The challenge that all testing fields face is how to design those appropriate control limits and control rules, which us ultimately driven by the specification of goals for performance. Choosing the appropriate QC procedure is dependent upon the ability to state a quality requirement. Even in "traditional" testing, determining quality requirements has been a long struggle. In Molecular Diagnostics, this may be an issue that hasn't been discussed much at all. However, it would be extremely useful information. If Molecular Diagnostic methods are running with high CVs, for example, that may be completely acceptable in cases where changes on the scale of orders of magnitude are required before the results are considered significantly different. That, in turn, might indicate quality control limits could be more generously set than the old tradition of setting them at 2 SD.
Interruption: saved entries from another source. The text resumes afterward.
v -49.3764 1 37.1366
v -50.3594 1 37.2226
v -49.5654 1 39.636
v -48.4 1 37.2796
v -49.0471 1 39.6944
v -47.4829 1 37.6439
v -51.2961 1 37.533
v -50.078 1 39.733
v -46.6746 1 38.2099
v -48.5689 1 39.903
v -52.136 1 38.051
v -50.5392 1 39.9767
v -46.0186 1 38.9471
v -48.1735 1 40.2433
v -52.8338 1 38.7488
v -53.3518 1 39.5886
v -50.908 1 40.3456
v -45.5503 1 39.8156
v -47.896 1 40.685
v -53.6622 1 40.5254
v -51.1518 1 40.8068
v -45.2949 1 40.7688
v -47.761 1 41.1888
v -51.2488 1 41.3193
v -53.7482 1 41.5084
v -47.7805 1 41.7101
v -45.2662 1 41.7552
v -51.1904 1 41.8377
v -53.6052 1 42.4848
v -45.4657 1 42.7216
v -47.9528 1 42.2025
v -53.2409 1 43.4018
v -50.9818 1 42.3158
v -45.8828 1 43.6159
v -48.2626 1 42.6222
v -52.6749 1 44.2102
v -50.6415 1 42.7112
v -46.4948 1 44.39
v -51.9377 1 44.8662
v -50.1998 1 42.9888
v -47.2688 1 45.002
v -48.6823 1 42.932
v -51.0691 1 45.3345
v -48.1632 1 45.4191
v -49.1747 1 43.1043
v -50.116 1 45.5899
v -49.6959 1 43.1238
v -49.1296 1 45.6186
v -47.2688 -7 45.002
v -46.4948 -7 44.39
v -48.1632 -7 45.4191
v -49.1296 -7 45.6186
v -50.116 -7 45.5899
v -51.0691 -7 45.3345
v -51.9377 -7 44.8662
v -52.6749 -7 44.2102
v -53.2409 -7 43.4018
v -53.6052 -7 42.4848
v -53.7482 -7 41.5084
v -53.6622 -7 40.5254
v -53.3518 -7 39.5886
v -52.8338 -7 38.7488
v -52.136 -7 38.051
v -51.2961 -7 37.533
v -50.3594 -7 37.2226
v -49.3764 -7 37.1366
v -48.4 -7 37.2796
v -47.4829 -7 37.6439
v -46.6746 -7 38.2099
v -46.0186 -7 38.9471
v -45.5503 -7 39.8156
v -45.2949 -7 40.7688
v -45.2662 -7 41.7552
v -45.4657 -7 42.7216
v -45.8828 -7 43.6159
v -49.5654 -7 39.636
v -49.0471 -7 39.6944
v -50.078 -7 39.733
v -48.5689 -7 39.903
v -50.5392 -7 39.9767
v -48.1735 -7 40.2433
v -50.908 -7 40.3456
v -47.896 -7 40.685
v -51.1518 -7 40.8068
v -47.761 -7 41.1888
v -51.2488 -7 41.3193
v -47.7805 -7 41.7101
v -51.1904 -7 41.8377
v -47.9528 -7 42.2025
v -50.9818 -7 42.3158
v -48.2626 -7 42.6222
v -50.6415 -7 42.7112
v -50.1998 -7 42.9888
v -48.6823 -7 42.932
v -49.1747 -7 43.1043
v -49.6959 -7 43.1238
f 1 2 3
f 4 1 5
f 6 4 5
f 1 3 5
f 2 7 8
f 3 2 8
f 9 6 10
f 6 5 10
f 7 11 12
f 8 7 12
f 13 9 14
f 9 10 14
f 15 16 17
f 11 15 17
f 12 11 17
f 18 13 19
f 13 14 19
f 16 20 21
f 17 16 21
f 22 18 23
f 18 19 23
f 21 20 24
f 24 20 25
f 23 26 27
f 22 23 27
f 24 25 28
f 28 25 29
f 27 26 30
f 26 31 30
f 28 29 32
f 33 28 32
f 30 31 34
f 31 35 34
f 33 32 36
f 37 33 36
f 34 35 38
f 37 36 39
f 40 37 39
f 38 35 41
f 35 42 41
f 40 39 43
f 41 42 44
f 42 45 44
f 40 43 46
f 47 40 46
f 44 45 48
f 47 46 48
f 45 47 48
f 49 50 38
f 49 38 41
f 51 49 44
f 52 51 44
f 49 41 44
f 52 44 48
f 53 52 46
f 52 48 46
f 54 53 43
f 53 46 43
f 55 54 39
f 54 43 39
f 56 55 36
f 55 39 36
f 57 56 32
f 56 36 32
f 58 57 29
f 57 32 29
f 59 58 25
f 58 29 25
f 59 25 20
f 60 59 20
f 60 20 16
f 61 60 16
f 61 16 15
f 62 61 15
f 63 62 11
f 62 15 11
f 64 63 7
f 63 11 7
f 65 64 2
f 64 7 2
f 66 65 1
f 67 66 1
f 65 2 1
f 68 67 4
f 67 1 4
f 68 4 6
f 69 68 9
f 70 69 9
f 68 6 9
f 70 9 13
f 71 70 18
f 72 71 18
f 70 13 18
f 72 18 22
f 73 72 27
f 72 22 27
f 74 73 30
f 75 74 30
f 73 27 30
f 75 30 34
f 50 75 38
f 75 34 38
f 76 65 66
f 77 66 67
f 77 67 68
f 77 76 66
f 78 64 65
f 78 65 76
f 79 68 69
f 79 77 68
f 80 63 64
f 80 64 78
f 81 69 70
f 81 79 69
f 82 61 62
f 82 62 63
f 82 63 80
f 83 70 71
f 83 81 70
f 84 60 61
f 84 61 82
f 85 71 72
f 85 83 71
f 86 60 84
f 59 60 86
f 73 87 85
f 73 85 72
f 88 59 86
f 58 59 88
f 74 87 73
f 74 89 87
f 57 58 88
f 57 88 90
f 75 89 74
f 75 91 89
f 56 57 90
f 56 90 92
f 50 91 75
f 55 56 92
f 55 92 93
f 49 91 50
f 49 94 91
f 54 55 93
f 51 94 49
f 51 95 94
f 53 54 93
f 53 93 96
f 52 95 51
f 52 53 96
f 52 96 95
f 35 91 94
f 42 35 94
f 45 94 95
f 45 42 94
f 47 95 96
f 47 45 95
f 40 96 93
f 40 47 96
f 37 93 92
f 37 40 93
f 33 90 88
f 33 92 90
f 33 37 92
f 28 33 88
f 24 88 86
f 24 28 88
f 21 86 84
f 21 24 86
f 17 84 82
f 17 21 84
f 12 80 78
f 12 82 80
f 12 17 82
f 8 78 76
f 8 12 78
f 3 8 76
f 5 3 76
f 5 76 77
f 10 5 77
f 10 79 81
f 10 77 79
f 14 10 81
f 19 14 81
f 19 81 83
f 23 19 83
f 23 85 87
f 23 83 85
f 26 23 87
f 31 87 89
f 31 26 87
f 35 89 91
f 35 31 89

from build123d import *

# Parameters (mm, degrees)
CYLINDER_R           = 1.75
CYLINDER_DEPTH       = 10
CYLINDER001_R        = 4.25
CYLINDER001_DEPTH    = 8
CLONE001_ROLL_ANGLE  = 90
CLONE001_PITCH_ANGLE = -45


with BuildPart() as spacer_hole_cylinder:
    # Cylinder → Cylinder (new body)
    with BuildSketch(Plane.XY.offset(-1)):
        Circle(CYLINDER_R)
    extrude(amount=CYLINDER_DEPTH)


with BuildPart() as x_motor_spacer_top:
    # Cylinder001 → Cylinder001 (new body)
    with BuildSketch(Plane.XY):
        Circle(CYLINDER001_R)
    extrude(amount=CYLINDER001_DEPTH)

    # Cut002: cut spacer-hole-cylinder
    add(spacer_hole_cylinder.part, mode=Mode.SUBTRACT)


with BuildPart() as x_motor_spacer_top_1:
    # Clone001 roll: moved
    add(x_motor_spacer_top.part.rotate(Axis((0, 0, 0), (1, 0, 0)), CLONE001_ROLL_ANGLE))


with BuildPart() as x_motor_spacer_top_2:
    # Clone001 pitch: moved
    add(x_motor_spacer_top_1.part.rotate(Axis((0, 0, 0), (0, 1, 0)), CLONE001_PITCH_ANGLE))


with BuildPart() as x_motor_spacer_top_3:
    # Clone001 placement: moved
    add(x_motor_spacer_top_2.part.moved(Location((-49.5, 1, 41.384776))))


solid = x_motor_spacer_top_3.part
One final note, Tang et al note that despite all the best efforts of the manufacturer and the laboratory, systematic errors are still expected to occur, and the current state of diagnostic performance may mean that reliance on a single determination is not warranted:

"[C]onsider designing redundancy into the test system by targeting critical analytes numerous times (eg in different physical quadrants of the array or by probing both ends of a given transcript). Likewise, one could test multiple components of a critical biochemical pathway, multiple markers of a critical phenotype, or multiple conserved segments of an RNA viral genome. These scenarios capitalize on the array's strength in multiplexed testing."

Given the critical nature and high stakes of genetic testing, a strategy that combines multiple testing approaches, multiple statistical rules, and multiple exogenous controls, will help provide a more reliable result.